**What is being asked**
Pull every line of the entries that has the word "True".

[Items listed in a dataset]
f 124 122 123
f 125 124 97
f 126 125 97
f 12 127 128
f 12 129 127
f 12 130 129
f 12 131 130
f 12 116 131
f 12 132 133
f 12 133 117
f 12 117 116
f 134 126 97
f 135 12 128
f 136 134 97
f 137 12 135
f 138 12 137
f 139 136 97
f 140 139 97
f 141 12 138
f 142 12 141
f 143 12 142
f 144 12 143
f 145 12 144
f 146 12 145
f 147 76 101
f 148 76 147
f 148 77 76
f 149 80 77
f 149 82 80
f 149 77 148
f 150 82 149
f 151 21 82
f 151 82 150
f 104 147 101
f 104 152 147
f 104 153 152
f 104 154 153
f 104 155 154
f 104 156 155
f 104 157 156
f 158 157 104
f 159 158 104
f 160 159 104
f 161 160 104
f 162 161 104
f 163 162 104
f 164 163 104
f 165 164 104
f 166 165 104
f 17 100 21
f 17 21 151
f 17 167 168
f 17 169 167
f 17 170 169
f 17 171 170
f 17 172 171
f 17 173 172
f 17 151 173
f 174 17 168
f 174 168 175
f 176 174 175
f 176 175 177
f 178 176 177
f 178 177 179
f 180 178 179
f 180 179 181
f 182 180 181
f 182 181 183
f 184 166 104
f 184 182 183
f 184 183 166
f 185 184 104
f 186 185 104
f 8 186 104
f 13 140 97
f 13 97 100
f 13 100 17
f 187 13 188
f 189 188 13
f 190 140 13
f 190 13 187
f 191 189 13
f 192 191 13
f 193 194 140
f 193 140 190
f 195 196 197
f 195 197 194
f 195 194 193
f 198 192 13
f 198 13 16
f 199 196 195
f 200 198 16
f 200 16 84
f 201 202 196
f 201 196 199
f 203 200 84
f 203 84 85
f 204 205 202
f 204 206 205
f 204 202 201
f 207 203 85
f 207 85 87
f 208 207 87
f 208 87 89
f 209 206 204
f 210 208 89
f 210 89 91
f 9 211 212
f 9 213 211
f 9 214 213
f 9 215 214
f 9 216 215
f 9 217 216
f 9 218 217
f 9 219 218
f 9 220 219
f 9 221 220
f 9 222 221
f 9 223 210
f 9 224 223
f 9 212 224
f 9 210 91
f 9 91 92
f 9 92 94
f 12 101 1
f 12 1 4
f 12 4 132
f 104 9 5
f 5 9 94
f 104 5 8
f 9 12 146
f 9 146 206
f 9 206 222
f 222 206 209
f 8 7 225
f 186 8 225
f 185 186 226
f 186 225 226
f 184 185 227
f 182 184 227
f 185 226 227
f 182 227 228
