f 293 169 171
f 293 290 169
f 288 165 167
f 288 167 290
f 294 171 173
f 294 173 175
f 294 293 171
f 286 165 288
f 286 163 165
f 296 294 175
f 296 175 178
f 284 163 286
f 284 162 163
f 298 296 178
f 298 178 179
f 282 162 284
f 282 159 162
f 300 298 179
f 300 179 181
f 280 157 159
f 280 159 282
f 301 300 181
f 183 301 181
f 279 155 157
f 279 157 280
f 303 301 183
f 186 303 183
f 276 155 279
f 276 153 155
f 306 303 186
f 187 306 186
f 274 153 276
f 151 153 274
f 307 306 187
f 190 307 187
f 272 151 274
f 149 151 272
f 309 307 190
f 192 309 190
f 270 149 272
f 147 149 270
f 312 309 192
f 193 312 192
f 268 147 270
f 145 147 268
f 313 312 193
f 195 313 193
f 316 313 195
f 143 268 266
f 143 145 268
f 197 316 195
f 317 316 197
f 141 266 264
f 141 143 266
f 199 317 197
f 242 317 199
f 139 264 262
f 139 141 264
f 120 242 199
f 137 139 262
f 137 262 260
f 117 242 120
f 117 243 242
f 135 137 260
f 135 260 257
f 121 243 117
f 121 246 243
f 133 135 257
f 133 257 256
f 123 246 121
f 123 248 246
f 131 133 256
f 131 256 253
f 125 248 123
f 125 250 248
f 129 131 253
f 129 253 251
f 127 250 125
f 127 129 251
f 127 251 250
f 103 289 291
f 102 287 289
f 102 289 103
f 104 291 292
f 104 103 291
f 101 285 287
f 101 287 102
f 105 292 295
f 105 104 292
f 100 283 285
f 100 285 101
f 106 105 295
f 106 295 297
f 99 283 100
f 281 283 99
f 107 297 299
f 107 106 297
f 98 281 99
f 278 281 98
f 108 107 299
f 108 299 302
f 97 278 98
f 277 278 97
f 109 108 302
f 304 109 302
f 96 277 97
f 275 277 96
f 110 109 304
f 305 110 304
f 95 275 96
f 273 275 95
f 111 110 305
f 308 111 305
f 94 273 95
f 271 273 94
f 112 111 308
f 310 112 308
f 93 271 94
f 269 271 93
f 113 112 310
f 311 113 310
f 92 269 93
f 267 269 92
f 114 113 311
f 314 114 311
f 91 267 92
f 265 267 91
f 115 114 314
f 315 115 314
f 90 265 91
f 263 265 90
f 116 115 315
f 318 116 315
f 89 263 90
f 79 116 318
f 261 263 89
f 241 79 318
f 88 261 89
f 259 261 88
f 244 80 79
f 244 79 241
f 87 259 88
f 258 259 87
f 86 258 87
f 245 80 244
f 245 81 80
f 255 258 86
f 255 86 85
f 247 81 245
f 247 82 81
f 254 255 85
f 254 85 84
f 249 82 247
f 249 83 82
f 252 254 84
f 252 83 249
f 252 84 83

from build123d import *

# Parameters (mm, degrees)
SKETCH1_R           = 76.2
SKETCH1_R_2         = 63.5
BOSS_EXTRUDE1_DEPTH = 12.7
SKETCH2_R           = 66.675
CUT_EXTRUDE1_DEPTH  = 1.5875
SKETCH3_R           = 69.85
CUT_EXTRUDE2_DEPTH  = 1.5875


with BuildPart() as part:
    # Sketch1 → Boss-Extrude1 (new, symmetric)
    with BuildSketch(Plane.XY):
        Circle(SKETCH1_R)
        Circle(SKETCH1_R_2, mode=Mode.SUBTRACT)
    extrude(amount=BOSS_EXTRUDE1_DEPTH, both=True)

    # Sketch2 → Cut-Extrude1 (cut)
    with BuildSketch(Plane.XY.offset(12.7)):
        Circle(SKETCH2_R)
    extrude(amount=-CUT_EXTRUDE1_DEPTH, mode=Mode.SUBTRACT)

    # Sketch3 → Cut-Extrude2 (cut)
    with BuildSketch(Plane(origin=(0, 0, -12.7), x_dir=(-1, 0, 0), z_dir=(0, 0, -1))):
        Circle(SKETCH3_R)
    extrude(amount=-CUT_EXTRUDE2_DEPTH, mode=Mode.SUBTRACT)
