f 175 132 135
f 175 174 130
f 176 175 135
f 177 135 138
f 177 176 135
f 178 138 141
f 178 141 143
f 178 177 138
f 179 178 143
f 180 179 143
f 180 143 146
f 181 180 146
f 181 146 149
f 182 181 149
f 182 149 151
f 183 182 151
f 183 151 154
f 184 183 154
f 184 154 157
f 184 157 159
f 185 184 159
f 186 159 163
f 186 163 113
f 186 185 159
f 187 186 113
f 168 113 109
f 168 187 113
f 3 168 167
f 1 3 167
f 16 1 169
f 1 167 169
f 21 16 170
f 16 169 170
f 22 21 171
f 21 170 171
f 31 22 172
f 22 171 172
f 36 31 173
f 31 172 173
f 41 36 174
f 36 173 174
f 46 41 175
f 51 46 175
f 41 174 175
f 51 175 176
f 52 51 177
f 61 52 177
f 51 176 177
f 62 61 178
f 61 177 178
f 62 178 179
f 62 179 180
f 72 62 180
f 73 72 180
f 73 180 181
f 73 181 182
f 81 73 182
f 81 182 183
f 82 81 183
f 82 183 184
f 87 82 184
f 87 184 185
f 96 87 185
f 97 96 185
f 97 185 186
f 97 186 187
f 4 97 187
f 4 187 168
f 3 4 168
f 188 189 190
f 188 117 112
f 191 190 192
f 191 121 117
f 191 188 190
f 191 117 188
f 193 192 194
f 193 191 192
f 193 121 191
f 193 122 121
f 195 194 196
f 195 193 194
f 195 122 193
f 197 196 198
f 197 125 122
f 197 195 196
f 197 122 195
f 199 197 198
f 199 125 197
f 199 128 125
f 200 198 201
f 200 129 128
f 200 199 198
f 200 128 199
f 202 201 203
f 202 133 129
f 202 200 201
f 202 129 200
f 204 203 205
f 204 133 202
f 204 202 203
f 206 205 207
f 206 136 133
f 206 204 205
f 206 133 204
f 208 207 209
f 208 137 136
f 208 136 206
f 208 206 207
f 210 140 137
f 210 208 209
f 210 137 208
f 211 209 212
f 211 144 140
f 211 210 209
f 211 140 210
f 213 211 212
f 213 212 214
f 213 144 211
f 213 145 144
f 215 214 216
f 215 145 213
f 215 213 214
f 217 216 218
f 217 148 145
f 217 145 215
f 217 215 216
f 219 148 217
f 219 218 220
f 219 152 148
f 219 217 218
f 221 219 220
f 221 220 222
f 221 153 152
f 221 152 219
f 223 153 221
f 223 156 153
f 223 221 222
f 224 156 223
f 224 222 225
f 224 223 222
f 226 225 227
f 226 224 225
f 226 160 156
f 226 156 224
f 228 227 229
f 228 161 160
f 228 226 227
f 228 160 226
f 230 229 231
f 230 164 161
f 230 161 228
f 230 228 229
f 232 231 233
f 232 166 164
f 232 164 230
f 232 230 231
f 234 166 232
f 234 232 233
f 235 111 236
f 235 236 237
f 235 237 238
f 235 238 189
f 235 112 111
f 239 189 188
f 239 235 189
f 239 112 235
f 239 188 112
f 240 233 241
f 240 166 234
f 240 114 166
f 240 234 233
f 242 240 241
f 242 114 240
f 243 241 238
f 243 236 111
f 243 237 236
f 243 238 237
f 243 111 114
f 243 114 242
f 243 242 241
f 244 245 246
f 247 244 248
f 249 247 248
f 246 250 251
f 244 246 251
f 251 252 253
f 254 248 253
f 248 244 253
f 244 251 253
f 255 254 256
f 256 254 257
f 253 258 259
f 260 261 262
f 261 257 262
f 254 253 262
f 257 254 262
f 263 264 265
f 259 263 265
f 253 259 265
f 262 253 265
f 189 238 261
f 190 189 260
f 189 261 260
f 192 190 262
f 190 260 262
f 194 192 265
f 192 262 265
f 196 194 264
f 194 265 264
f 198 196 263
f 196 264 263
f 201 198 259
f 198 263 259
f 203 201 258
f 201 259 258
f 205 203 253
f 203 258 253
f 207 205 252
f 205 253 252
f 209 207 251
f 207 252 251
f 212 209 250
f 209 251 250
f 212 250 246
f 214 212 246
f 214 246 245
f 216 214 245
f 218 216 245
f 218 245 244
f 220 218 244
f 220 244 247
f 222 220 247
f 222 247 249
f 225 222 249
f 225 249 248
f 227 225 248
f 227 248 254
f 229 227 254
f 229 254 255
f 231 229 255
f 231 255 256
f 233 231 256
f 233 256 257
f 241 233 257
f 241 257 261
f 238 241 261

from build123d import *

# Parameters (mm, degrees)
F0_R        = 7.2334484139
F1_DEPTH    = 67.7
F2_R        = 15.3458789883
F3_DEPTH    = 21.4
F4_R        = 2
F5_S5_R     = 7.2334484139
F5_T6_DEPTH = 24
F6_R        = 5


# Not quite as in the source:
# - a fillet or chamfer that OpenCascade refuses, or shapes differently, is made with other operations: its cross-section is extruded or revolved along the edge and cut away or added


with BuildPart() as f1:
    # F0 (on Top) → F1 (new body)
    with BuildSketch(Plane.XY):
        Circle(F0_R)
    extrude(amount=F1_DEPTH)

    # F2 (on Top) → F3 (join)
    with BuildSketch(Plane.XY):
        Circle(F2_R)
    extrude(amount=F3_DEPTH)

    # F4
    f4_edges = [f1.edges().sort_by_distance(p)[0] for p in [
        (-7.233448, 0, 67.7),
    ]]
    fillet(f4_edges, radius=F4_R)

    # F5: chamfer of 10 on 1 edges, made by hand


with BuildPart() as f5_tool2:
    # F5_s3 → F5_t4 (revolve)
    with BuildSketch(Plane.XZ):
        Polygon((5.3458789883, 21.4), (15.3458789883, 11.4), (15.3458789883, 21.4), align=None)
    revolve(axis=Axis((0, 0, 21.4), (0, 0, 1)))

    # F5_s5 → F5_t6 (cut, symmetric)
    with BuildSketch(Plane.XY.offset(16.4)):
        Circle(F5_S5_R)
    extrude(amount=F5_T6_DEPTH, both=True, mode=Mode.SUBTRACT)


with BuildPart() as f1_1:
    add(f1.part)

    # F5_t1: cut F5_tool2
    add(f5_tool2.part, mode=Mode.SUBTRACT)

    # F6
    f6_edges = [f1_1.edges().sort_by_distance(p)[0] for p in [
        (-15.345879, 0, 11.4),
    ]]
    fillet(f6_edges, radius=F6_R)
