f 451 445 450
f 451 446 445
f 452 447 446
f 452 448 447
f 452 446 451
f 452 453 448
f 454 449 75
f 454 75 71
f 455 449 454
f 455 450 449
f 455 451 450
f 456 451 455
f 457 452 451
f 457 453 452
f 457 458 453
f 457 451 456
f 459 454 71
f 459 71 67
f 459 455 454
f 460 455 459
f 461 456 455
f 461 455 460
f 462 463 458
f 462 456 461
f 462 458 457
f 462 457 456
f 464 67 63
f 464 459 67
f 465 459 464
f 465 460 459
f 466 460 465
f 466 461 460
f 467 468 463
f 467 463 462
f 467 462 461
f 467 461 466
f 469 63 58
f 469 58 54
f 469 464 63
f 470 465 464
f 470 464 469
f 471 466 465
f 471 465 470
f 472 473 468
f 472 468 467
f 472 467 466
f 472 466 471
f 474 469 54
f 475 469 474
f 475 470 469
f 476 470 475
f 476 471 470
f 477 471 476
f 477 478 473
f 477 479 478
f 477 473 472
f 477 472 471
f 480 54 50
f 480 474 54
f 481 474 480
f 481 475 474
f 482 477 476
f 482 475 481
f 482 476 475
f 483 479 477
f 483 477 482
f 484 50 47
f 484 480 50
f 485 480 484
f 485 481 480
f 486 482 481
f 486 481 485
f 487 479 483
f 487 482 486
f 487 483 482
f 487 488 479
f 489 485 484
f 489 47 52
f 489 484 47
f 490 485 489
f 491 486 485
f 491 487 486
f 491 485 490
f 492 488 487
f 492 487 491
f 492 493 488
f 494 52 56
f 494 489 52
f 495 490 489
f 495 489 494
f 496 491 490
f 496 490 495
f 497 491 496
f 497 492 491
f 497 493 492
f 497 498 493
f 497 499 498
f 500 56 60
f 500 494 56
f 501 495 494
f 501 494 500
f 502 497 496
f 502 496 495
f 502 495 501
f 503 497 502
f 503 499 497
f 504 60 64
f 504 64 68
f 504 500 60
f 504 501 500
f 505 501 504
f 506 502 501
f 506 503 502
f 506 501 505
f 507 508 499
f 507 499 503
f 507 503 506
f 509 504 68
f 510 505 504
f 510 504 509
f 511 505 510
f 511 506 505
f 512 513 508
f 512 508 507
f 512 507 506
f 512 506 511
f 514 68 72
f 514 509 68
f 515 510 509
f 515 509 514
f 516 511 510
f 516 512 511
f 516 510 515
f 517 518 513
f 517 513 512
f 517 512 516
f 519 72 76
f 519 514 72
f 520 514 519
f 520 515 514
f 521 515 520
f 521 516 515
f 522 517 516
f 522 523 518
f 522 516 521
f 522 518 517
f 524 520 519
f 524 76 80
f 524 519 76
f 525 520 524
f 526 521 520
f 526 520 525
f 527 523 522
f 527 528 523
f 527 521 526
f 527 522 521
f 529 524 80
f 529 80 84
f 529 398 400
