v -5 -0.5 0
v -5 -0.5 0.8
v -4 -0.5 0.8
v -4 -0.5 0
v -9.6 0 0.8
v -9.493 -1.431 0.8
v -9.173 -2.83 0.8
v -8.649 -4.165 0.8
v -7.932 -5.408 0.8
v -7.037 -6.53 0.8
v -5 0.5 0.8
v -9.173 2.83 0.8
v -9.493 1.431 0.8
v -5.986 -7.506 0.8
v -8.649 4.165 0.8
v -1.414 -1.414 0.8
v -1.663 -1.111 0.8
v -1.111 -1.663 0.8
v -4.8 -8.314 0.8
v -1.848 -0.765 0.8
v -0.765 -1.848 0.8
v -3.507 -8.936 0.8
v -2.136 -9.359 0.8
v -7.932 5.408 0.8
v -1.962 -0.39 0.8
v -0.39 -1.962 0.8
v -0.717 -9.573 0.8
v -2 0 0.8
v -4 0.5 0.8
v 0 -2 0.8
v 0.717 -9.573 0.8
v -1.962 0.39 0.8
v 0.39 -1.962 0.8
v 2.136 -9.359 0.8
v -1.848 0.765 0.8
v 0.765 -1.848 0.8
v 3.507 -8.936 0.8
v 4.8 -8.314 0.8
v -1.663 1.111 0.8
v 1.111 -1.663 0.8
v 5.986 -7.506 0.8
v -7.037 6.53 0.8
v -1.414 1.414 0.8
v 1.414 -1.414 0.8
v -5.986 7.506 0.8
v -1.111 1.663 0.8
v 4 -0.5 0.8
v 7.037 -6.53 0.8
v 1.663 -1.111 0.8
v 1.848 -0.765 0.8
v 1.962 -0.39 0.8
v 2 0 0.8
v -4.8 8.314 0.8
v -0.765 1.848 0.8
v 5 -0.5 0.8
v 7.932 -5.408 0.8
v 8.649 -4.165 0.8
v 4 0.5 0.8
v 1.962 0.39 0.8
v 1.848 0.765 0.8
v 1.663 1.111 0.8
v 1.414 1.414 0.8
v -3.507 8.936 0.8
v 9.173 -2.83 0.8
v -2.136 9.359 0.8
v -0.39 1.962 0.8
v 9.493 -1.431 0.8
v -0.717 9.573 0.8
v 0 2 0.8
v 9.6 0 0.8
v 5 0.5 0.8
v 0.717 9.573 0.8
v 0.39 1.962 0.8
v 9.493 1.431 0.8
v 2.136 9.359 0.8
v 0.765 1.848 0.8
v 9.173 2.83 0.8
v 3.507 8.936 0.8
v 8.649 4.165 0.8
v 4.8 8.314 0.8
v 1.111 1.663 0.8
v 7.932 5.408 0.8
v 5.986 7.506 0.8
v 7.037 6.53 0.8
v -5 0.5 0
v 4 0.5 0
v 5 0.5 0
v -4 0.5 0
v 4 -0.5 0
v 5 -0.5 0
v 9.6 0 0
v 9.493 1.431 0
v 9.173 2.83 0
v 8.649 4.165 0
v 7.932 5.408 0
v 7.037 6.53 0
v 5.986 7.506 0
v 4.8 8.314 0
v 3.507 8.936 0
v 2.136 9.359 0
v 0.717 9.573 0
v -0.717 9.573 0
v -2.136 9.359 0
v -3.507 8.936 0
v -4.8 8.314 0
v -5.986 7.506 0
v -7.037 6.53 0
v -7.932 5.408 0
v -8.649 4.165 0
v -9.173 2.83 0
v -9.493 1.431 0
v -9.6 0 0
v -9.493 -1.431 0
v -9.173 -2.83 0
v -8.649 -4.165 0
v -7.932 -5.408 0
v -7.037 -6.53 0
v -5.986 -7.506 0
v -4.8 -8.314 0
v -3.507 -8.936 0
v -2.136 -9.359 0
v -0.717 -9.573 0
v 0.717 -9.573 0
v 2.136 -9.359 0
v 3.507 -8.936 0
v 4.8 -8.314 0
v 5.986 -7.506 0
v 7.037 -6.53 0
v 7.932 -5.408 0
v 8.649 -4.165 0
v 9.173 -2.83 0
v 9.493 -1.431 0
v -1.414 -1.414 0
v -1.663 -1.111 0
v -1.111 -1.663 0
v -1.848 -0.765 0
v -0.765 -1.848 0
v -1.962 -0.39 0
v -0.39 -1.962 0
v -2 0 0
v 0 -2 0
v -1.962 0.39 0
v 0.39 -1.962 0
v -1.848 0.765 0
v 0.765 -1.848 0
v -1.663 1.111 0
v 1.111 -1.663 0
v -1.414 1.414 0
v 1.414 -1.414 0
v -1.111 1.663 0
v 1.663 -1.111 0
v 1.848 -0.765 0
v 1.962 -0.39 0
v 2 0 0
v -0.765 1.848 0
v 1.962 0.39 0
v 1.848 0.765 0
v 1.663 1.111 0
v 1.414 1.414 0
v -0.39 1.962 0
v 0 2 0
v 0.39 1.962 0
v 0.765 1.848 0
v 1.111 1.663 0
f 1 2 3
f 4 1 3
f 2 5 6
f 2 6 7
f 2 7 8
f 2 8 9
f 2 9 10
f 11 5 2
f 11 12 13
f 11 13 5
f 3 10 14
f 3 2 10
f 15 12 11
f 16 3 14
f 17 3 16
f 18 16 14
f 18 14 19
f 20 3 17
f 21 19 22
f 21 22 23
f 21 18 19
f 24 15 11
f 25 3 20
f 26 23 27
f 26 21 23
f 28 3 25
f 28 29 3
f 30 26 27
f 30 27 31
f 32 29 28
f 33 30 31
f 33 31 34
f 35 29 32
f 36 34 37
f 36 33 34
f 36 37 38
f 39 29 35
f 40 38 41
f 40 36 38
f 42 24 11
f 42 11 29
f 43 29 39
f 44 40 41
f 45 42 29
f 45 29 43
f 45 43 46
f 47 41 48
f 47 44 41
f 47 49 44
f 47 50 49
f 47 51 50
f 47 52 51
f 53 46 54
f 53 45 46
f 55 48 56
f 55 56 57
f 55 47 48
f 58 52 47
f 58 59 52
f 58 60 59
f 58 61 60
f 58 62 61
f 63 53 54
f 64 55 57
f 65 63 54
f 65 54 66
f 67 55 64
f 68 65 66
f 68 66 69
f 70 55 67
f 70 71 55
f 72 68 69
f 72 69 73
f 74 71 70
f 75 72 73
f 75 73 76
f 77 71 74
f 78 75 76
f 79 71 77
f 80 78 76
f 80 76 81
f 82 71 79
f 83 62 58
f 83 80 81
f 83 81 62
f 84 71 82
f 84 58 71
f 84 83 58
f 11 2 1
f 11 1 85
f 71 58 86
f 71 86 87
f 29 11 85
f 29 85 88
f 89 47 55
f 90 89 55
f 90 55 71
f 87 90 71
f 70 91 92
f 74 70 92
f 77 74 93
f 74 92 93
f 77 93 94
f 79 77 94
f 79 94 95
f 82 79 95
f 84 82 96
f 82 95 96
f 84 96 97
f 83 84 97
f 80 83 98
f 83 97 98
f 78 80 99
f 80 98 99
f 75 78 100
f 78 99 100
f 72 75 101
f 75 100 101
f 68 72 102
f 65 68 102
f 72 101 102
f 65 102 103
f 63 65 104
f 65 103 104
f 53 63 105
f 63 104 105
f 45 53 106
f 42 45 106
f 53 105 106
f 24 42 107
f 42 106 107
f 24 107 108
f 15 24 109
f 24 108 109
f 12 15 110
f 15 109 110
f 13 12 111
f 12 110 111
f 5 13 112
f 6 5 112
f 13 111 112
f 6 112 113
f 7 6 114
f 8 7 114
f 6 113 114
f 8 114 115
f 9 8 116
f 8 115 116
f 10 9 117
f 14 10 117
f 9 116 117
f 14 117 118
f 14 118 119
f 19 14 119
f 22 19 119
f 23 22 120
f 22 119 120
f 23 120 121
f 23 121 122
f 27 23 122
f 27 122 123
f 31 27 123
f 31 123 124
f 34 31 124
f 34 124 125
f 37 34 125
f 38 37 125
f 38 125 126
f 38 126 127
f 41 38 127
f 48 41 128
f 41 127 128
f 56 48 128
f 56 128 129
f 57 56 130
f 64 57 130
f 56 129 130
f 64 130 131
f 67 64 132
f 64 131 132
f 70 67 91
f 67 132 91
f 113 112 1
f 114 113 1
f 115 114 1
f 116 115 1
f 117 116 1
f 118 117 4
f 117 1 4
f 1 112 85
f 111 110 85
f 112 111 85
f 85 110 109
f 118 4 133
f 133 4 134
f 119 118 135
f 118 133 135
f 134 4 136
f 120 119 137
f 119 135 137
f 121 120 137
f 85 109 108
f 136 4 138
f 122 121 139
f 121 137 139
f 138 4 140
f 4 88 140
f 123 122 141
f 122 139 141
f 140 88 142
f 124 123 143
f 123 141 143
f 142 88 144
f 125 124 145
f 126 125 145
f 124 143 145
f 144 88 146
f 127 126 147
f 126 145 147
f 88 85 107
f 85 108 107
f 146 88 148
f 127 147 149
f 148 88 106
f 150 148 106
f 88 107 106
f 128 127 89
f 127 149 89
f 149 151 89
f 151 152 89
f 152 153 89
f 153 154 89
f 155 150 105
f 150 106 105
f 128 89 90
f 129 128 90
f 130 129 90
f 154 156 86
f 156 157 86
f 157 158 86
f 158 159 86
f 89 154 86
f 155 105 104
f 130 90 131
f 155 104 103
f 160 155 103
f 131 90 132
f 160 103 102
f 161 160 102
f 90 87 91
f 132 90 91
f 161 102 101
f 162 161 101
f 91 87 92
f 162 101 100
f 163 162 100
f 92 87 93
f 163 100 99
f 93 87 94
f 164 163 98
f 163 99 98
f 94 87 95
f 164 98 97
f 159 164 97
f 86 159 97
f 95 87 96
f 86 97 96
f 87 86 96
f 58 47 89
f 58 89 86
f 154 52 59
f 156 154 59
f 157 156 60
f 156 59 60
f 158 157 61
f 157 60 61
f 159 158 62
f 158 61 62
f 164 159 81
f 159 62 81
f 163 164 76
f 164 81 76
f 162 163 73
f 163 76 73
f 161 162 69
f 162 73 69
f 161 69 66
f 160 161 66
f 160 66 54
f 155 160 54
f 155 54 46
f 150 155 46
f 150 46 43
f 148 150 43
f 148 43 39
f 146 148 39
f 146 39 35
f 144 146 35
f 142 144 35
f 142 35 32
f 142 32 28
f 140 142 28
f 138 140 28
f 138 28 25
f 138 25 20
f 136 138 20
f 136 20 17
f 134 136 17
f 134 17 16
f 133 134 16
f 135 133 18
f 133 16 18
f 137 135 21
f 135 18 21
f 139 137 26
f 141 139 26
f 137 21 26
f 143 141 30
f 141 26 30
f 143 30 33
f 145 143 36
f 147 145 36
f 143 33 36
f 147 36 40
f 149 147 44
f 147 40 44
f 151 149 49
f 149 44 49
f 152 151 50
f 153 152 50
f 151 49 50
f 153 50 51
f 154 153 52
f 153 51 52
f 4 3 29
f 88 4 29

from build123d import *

# Parameters (mm, degrees)
SKETCH1_R               = 9.6
BOSS_EXTRUDE1_DEPTH     = 0.8
CUT_EXTRUDE4_START      = 0.8
SKETCH3_R               = 2
SKETCH3_W               = 1
SKETCH3_H               = 1
CUT_EXTRUDE4_DEPTH      = 1.8
CUT_EXTRUDE4_DEPTH_BACK = 1.8


with BuildPart() as part:
    # Sketch1 → Boss-Extrude1 (new body)
    with BuildSketch(Plane.XY):
        Circle(SKETCH1_R)
    extrude(amount=BOSS_EXTRUDE1_DEPTH)

    # Sketch3 → Cut-Extrude4 (cut, two sides)
    with BuildSketch(Plane.XY.offset(CUT_EXTRUDE4_START)) as cut_extrude4_sk:
        Circle(SKETCH3_R)
        with Locations((-4.5, 0)):
            Rectangle(SKETCH3_W, SKETCH3_H)
        with Locations((4.5, 0)):
            Rectangle(SKETCH3_W, SKETCH3_H)
    extrude(amount=CUT_EXTRUDE4_DEPTH, mode=Mode.SUBTRACT)
    extrude(cut_extrude4_sk.sketch, amount=-CUT_EXTRUDE4_DEPTH_BACK, mode=Mode.SUBTRACT)


solid = part.part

**Task response**
    extrude(amount=BOSS_EXTRUDE1_DEPTH, both=True)
    extrude(amount=F5_T6_DEPTH, both=True, mode=Mode.SUBTRACT)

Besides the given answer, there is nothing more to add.